*** Block opens ***
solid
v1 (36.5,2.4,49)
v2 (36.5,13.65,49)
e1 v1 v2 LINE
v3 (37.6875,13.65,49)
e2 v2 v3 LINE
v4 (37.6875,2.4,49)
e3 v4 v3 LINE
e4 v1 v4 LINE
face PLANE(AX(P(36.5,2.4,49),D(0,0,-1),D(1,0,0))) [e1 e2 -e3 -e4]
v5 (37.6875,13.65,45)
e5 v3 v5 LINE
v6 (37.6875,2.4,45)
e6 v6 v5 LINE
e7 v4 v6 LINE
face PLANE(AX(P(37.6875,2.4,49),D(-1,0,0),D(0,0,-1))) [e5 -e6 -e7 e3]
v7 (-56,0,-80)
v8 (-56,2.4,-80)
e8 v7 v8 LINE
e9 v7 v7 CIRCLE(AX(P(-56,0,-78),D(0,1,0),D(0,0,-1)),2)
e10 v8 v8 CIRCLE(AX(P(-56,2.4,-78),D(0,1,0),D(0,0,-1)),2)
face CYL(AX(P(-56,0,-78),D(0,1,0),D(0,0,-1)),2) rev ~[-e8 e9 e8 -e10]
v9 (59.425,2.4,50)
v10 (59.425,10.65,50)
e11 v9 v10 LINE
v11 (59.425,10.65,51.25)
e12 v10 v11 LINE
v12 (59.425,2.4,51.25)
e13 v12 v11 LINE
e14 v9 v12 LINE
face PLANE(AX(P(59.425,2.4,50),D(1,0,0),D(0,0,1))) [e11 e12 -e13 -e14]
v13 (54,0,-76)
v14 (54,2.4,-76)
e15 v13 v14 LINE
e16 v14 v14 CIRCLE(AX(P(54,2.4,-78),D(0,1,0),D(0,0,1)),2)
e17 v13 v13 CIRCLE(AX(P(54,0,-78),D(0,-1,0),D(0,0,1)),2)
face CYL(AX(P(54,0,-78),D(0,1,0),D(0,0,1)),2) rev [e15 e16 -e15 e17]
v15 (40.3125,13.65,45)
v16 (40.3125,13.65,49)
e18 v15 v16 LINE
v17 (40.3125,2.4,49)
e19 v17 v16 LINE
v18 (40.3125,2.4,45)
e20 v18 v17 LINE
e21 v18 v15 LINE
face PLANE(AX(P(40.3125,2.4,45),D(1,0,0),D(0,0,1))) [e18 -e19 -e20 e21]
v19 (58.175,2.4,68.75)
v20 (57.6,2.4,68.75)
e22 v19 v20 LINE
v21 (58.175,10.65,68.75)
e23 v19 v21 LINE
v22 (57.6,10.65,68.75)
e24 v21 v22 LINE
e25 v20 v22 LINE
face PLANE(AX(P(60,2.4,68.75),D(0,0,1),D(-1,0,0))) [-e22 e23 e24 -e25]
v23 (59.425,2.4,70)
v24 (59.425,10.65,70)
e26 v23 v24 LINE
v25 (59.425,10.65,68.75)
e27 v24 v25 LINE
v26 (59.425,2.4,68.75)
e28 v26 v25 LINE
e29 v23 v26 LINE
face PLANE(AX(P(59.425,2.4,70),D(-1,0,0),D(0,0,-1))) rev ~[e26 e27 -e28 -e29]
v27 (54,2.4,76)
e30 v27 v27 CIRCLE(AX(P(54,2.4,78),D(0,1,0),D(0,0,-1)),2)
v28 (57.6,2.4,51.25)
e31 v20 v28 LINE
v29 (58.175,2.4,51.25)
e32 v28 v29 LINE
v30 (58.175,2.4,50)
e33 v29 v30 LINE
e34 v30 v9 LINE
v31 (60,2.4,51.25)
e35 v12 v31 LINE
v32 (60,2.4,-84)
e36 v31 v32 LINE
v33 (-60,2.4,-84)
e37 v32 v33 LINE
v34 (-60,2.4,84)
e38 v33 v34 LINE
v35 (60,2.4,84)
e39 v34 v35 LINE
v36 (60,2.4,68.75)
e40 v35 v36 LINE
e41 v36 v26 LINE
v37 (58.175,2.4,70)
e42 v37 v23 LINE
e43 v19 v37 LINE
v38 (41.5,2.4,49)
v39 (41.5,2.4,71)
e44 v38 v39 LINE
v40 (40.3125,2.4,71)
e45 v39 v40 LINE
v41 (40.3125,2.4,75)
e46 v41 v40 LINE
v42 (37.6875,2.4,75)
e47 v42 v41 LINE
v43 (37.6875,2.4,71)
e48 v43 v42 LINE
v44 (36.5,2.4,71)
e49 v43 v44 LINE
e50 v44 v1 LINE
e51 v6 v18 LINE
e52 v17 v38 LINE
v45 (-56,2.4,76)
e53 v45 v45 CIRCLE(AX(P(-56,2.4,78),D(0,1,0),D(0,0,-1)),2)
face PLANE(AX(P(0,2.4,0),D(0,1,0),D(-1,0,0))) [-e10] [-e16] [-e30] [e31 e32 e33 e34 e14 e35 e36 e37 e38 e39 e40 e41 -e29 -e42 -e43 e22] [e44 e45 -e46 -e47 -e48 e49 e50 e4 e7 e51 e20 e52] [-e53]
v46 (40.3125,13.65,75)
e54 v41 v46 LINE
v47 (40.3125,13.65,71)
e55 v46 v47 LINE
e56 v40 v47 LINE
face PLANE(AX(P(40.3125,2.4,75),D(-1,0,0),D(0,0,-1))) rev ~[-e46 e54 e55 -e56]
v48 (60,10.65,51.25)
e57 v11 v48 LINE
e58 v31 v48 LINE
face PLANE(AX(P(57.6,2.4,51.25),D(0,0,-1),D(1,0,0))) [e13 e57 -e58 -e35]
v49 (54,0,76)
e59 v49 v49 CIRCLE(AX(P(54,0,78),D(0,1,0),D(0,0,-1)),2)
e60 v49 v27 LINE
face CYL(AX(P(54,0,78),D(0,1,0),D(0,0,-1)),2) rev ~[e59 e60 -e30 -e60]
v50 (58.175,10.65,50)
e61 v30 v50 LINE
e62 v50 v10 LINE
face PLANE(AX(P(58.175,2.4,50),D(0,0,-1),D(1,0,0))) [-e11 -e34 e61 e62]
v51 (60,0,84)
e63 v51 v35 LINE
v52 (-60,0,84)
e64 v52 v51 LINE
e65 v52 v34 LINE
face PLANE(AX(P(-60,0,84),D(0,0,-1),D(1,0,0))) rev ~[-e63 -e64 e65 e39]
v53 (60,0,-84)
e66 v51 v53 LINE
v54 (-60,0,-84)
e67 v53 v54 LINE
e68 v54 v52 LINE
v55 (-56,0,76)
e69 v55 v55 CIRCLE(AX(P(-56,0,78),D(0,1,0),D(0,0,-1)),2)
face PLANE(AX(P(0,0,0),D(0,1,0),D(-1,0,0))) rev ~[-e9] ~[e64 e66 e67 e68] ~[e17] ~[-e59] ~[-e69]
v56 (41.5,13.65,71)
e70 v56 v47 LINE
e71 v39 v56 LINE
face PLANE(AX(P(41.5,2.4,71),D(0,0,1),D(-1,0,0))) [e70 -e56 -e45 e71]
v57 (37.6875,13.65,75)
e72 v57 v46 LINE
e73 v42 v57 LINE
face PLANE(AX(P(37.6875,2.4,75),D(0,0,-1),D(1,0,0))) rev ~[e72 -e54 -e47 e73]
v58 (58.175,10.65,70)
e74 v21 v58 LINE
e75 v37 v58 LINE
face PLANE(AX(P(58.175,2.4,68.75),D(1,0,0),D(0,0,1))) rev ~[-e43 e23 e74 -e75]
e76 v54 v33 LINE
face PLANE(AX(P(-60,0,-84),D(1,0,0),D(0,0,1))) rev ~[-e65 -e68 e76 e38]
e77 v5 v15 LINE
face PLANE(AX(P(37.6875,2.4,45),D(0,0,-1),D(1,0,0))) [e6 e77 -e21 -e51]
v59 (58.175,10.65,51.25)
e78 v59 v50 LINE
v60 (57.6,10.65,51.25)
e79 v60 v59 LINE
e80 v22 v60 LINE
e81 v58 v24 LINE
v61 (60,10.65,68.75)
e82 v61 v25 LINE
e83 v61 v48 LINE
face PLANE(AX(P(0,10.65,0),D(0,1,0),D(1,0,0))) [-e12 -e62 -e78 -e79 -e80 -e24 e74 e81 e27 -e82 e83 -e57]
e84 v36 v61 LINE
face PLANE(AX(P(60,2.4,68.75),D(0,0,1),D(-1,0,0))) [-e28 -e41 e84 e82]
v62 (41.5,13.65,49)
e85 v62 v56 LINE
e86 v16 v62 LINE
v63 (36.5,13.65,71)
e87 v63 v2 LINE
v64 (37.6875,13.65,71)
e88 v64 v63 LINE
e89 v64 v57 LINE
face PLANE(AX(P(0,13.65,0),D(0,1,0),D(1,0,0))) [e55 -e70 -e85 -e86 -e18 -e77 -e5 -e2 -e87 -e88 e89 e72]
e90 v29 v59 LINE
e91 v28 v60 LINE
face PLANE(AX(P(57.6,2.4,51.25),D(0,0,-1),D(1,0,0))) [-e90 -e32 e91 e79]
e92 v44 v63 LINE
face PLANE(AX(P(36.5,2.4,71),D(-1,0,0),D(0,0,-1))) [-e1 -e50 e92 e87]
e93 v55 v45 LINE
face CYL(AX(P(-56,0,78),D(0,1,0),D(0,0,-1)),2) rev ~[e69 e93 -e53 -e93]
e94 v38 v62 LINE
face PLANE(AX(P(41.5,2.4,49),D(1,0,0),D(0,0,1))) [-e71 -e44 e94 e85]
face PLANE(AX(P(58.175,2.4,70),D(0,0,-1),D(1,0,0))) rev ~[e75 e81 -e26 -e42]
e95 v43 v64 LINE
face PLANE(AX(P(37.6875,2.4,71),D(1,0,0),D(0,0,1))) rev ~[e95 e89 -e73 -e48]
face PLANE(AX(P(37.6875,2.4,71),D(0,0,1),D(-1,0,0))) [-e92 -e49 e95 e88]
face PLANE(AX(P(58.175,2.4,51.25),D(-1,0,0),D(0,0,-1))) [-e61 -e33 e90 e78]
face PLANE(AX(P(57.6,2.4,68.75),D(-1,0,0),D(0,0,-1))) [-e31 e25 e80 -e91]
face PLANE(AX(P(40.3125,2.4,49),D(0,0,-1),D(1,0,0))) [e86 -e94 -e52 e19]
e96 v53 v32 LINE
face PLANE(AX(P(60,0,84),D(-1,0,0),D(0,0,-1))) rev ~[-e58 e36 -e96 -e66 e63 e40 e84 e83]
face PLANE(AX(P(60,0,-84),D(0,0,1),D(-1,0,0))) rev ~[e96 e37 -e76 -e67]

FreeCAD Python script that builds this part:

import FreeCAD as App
import Part
import Sketcher

V = App.Vector

doc = App.newDocument("Part")
body = doc.addObject("PartDesign::Body", "Body")

# Sketch on XZ plane
sketch1 = body.newObject("Sketcher::SketchObject", "Sketch")
sketch1.AttachmentSupport = (doc.getObject("XZ_Plane"), [""])
sketch1.MapMode = "FlatFace"
sketch1.addGeometry([
    Part.LineSegment(V(60, 84, 0), V(60, -84, 0)),
    Part.LineSegment(V(60, -84, 0), V(-60, -84, 0)),
    Part.LineSegment(V(-60, -84, 0), V(-60, 84, 0)),
    Part.LineSegment(V(-60, 84, 0), V(60, 84, 0)),
], False)
sketch1.addConstraint([
    Sketcher.Constraint("Coincident", 0, 2, 1, 1),
    Sketcher.Constraint("Coincident", 1, 2, 2, 1),
    Sketcher.Constraint("Coincident", 2, 2, 3, 1),
    Sketcher.Constraint("Coincident", 3, 2, 0, 1),
    Sketcher.Constraint("Vertical", 0),
    Sketcher.Constraint("Horizontal", 1),
    Sketcher.Constraint("Vertical", 2),
    Sketcher.Constraint("Horizontal", 3),
    Sketcher.Constraint("Symmetric", 0, 2, 2, 2, -1, 1),
    Sketcher.Constraint("DistanceX", 1, 2, 1, 1, 120.0),
    Sketcher.Constraint("DistanceY", 0, 2, 0, 1, 168.0),
])
pad1 = body.newObject("PartDesign::Pad", "Pad")
pad1.Profile = sketch1
pad1.Length = 2.4
pad1.Reversed = True

# Sketch on XZ plane
sketch2 = body.newObject("Sketcher::SketchObject", "Sketch001")
sketch2.AttachmentSupport = (doc.getObject("XZ_Plane"), [""])
sketch2.MapMode = "FlatFace"
sketch2.AttachmentOffset = App.Placement(V(0, 0, -2.4), App.Rotation())
sketch2.addGeometry([
    Part.LineSegment(V(57.6, 68.8, 0), V(60, 68.8, 0)),
    Part.LineSegment(V(60, 68.8, 0), V(60, 51.2, 0)),
    Part.LineSegment(V(60, 51.2, 0), V(57.6, 51.2, 0)),
    Part.LineSegment(V(57.6, 51.2, 0), V(57.6, 68.8, 0)),
], False)
sketch2.addConstraint([
    Sketcher.Constraint("Coincident", 0, 2, 1, 1),
    Sketcher.Constraint("Coincident", 1, 2, 2, 1),
    Sketcher.Constraint("Coincident", 2, 2, 3, 1),
    Sketcher.Constraint("Coincident", 3, 2, 0, 1),
    Sketcher.Constraint("Horizontal", 0),
    Sketcher.Constraint("Vertical", 1),
    Sketcher.Constraint("Horizontal", 2),
    Sketcher.Constraint("Vertical", 3),
    Sketcher.Constraint("DistanceX", 0, 1, 0, 2, 2.4),
    Sketcher.Constraint("DistanceY", 1, 2, 1, 1, 17.5),
    Sketcher.Constraint("DistanceX", -1, 1, 0, 2, 60.0),
    Sketcher.Constraint("DistanceY", -1, 1, 0, 2, 68.75),
])
pad2 = body.newObject("PartDesign::Pad", "Pad001")
pad2.Profile = sketch2
pad2.Length = 8.25
pad2.Reversed = True

# Sketch on XZ plane
sketch3 = body.newObject("Sketcher::SketchObject", "Sketch002")
sketch3.AttachmentSupport = (doc.getObject("XZ_Plane"), [""])
sketch3.MapMode = "FlatFace"
sketch3.AttachmentOffset = App.Placement(V(0, 0, -2.4), App.Rotation())
sketch3.addGeometry([
    Part.LineSegment(V(58.2, 51.2, 0), V(59.4, 51.2, 0)),  # 0
    Part.LineSegment(V(59.4, 51.2, 0), V(59.4, 50, 0)),  # 1
    Part.LineSegment(V(59.4, 50, 0), V(58.2, 50, 0)),  # 2
    Part.LineSegment(V(58.2, 50, 0), V(58.2, 51.2, 0)),  # 3
    Part.LineSegment(V(59.4, 70, 0), V(59.4, 68.8, 0)),  # 4
    Part.LineSegment(V(59.4, 68.8, 0), V(58.2, 68.8, 0)),  # 5
    Part.LineSegment(V(58.2, 68.8, 0), V(58.2, 70, 0)),  # 6
    Part.LineSegment(V(58.2, 70, 0), V(59.4, 70, 0)),  # 7
], False)
sketch3.addConstraint([
    Sketcher.Constraint("Coincident", 0, 2, 1, 1),
    Sketcher.Constraint("Coincident", 1, 2, 2, 1),
    Sketcher.Constraint("Coincident", 2, 2, 3, 1),
    Sketcher.Constraint("Coincident", 3, 2, 0, 1),
    Sketcher.Constraint("Coincident", 4, 2, 5, 1),
    Sketcher.Constraint("Coincident", 5, 2, 6, 1),
    Sketcher.Constraint("Coincident", 6, 2, 7, 1),
    Sketcher.Constraint("Coincident", 7, 2, 4, 1),
    Sketcher.Constraint("Horizontal", 0),
    Sketcher.Constraint("Vertical", 1),
    Sketcher.Constraint("Horizontal", 2),
    Sketcher.Constraint("Vertical", 3),
    Sketcher.Constraint("Vertical", 4),
    Sketcher.Constraint("Horizontal", 5),
    Sketcher.Constraint("Vertical", 6),
    Sketcher.Constraint("Horizontal", 7),
    Sketcher.Constraint("Vertical", 1, 2, 4, 2),
    Sketcher.Constraint("Vertical", 3, 2, 5, 2),
    Sketcher.Constraint("Equal", 7, 1),
    Sketcher.Constraint("Equal", 3, 4),
    Sketcher.Constraint("DistanceX", 0, 1, 0, 2, 1.25),
    Sketcher.Constraint("DistanceY", -1, 1, 1, 2, 50.0),
    Sketcher.Constraint("DistanceY", -1, 1, 6, 2, 70.0),
    Sketcher.Constraint("DistanceX", -1, 1, 0, 2, 59.425),
])
pad3 = body.newObject("PartDesign::Pad", "Pad002")
pad3.Profile = sketch3
pad3.Length = 8.25
pad3.Reversed = True

# Sketch on XZ plane
sketch4 = body.newObject("Sketcher::SketchObject", "Sketch003")
sketch4.AttachmentSupport = (doc.getObject("XZ_Plane"), [""])
sketch4.MapMode = "FlatFace"
sketch4.AttachmentOffset = App.Placement(V(0, 0, -2.4), App.Rotation())
sketch4.addGeometry([
    Part.LineSegment(V(40.3, 71, 0), V(41.5, 71, 0)),  # 0
    Part.LineSegment(V(41.5, 71, 0), V(41.5, 49, 0)),  # 1
    Part.LineSegment(V(41.5, 49, 0), V(40.3, 49, 0)),  # 2
    Part.LineSegment(V(40.3, 49, 0), V(40.3, 45, 0)),  # 3
    Part.LineSegment(V(40.3, 45, 0), V(37.7, 45, 0)),  # 4
    Part.LineSegment(V(37.7, 45, 0), V(37.7, 49, 0)),  # 5
    Part.LineSegment(V(37.7, 49, 0), V(36.5, 49, 0)),  # 6
    Part.LineSegment(V(36.5, 49, 0), V(36.5, 71, 0)),  # 7
    Part.LineSegment(V(36.5, 71, 0), V(37.7, 71, 0)),  # 8
    Part.LineSegment(V(37.7, 71, 0), V(37.7, 75, 0)),  # 9
    Part.LineSegment(V(37.7, 75, 0), V(40.3, 75, 0)),  # 10
    Part.LineSegment(V(40.3, 75, 0), V(40.3, 71, 0)),  # 11
], False)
*** Block closes ***
◆ **Problem to solve**: Look above for the line with "face PLANE(AX(P(0,0,0),D(0,1,0),D(-1,0,0))) rev"; retype exactly that line, every line after it up to the line with "face PLANE(AX(P(60,0,84),D(-1,0,0),D(0,0,-1))) rev", and that line too, nothing else.

◆ **Answer box**:
face PLANE(AX(P(0,0,0),D(0,1,0),D(-1,0,0))) rev ~[-e9] ~[e64 e66 e67 e68] ~[e17] ~[-e59] ~[-e69]
v56 (41.5,13.65,71)
e70 v56 v47 LINE
e71 v39 v56 LINE
face PLANE(AX(P(41.5,2.4,71),D(0,0,1),D(-1,0,0))) [e70 -e56 -e45 e71]
v57 (37.6875,13.65,75)
e72 v57 v46 LINE
e73 v42 v57 LINE
face PLANE(AX(P(37.6875,2.4,75),D(0,0,-1),D(1,0,0))) rev ~[e72 -e54 -e47 e73]
v58 (58.175,10.65,70)
e74 v21 v58 LINE
e75 v37 v58 LINE
face PLANE(AX(P(58.175,2.4,68.75),D(1,0,0),D(0,0,1))) rev ~[-e43 e23 e74 -e75]
e76 v54 v33 LINE
face PLANE(AX(P(-60,0,-84),D(1,0,0),D(0,0,1))) rev ~[-e65 -e68 e76 e38]
e77 v5 v15 LINE
face PLANE(AX(P(37.6875,2.4,45),D(0,0,-1),D(1,0,0))) [e6 e77 -e21 -e51]
v59 (58.175,10.65,51.25)
e78 v59 v50 LINE
v60 (57.6,10.65,51.25)
e79 v60 v59 LINE
e80 v22 v60 LINE
e81 v58 v24 LINE
v61 (60,10.65,68.75)
e82 v61 v25 LINE
e83 v61 v48 LINE
face PLANE(AX(P(0,10.65,0),D(0,1,0),D(1,0,0))) [-e12 -e62 -e78 -e79 -e80 -e24 e74 e81 e27 -e82 e83 -e57]
e84 v36 v61 LINE
face PLANE(AX(P(60,2.4,68.75),D(0,0,1),D(-1,0,0))) [-e28 -e41 e84 e82]
v62 (41.5,13.65,49)
e85 v62 v56 LINE
e86 v16 v62 LINE
v63 (36.5,13.65,71)
e87 v63 v2 LINE
v64 (37.6875,13.65,71)
e88 v64 v63 LINE
e89 v64 v57 LINE
face PLANE(AX(P(0,13.65,0),D(0,1,0),D(1,0,0))) [e55 -e70 -e85 -e86 -e18 -e77 -e5 -e2 -e87 -e88 e89 e72]
e90 v29 v59 LINE
e91 v28 v60 LINE
face PLANE(AX(P(57.6,2.4,51.25),D(0,0,-1),D(1,0,0))) [-e90 -e32 e91 e79]
e92 v44 v63 LINE
face PLANE(AX(P(36.5,2.4,71),D(-1,0,0),D(0,0,-1))) [-e1 -e50 e92 e87]
e93 v55 v45 LINE
face CYL(AX(P(-56,0,78),D(0,1,0),D(0,0,-1)),2) rev ~[e69 e93 -e53 -e93]
e94 v38 v62 LINE
face PLANE(AX(P(41.5,2.4,49),D(1,0,0),D(0,0,1))) [-e71 -e44 e94 e85]
face PLANE(AX(P(58.175,2.4,70),D(0,0,-1),D(1,0,0))) rev ~[e75 e81 -e26 -e42]
e95 v43 v64 LINE
face PLANE(AX(P(37.6875,2.4,71),D(1,0,0),D(0,0,1))) rev ~[e95 e89 -e73 -e48]
face PLANE(AX(P(37.6875,2.4,71),D(0,0,1),D(-1,0,0))) [-e92 -e49 e95 e88]
face PLANE(AX(P(58.175,2.4,51.25),D(-1,0,0),D(0,0,-1))) [-e61 -e33 e90 e78]
face PLANE(AX(P(57.6,2.4,68.75),D(-1,0,0),D(0,0,-1))) [-e31 e25 e80 -e91]
face PLANE(AX(P(40.3125,2.4,49),D(0,0,-1),D(1,0,0))) [e86 -e94 -e52 e19]
e96 v53 v32 LINE
face PLANE(AX(P(60,0,84),D(-1,0,0),D(0,0,-1))) rev ~[-e58 e36 -e96 -e66 e63 e40 e84 e83]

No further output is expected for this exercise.